Moon then pointed to seven simple things that CEOs can do to reign in their spiraling employee health costs. These range from offering bonuses to human resource and benefit managers who reduce the company's health plan costs (but not its plan benefits), to targeting high-cost risk factors like depression for early intervention by employee assistance programs.

But the most important thing CEOs can do is to incentivize their own employees to get healthier. This, Moon insisted, is the real game-change for a company's bottom line.

That's because a new Gallup poll found that an astonishing 86 percent of all full-time employees in the U.S. are overweight or suffer from one or more chronic health conditions. So offering incentives like reduced premium contributions to employees willing to work with a health coach to change their health-related lifestyles makes simple economic sense, said Moon.

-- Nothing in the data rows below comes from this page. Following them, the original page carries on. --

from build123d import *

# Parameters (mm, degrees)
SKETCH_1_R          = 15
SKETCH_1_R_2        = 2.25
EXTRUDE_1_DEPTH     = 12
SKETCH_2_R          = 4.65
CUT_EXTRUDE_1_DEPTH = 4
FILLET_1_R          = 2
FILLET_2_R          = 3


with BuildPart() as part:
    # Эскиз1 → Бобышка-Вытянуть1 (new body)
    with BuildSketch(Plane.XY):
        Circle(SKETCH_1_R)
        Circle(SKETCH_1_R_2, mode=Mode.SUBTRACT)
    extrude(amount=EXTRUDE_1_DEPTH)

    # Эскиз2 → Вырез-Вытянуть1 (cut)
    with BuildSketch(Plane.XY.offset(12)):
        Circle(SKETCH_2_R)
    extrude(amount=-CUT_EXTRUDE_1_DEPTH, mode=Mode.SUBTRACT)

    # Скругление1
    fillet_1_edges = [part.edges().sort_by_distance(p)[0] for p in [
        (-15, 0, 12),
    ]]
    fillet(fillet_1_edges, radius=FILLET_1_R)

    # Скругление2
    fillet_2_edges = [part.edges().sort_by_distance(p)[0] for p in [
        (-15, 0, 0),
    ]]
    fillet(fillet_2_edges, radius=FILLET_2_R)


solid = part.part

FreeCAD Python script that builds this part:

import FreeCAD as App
import Part
import Sketcher
from FreeCAD import Vector


def edges_at(feature, points):
    """Names of the edges that pass closest to the given points."""
    edges = feature.Shape.Edges
    near = lambda p: min(range(len(edges)), key=lambda i: edges[i].distToShape(Part.Vertex(*p))[0])
    return sorted({f"Edge{near(p) + 1}" for p in points})

doc = App.newDocument("Part")
body = doc.addObject("PartDesign::Body", "Body")

sketch1 = body.newObject("Sketcher::SketchObject", "Sketch")
sketch1.AttachmentSupport = (doc.getObject("XY_Plane"), [""])
sketch1.MapMode = "FlatFace"
sketch1.addGeometry([
    Part.Circle(Vector(0, 0, 0), Vector(0, 0, 1), 15),
    Part.Circle(Vector(0, 0, 0), Vector(0, 0, 1), 2.2),
], False)
sketch1.addConstraint([
    Sketcher.Constraint("Coincident", 0, 3, -1, 1),
    Sketcher.Constraint("Coincident", 1, 3, -1, 1),
    Sketcher.Constraint("Diameter", 0, 30.0),
    Sketcher.Constraint("Diameter", 1, 4.5),
])
pad1 = body.newObject("PartDesign::Pad", "Pad")
pad1.Profile = sketch1
pad1.Length = 12

sketch2 = body.newObject("Sketcher::SketchObject", "Sketch001")
sketch2.AttachmentSupport = (doc.getObject("XY_Plane"), [""])
sketch2.MapMode = "FlatFace"
sketch2.AttachmentOffset = App.Placement(Vector(0, 0, 12), App.Rotation())
sketch2.addGeometry(Part.Circle(Vector(0, 0, 0), Vector(0, 0, 1), 4.7), False)
sketch2.addConstraint([
    Sketcher.Constraint("Coincident", 0, 3, -1, 1),
    Sketcher.Constraint("Diameter", 0, 9.3),
])
pocket1 = body.newObject("PartDesign::Pocket", "Pocket")
pocket1.Profile = sketch2
pocket1.Length = 4
doc.recompute()

fillet = body.newObject("PartDesign::Fillet", "Fillet")
fillet.Base = (pocket1, edges_at(pocket1, [(-15, 0, 12)]))
fillet.Radius = 2
doc.recompute()

fillet2 = body.newObject("PartDesign::Fillet", "Fillet001")
fillet2.Base = (fillet, edges_at(fillet, [(-15, 0, 0)]))
fillet2.Radius = 3

doc.recompute()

"The point is," wrote Moon, "that CEOs cannot keep handing out unlimited health benefits with no strings attached. Employees who don't even try to modify their health risks," he argued, "should pay more."

The article -- titled "It Takes a CEO to Save the U.S. Health Care System" -- also quotes health care author and thought leader Joe Flower: "We could have better healthcare at half the cost, without denying care to anyone, just by driving economic incentives back into the system."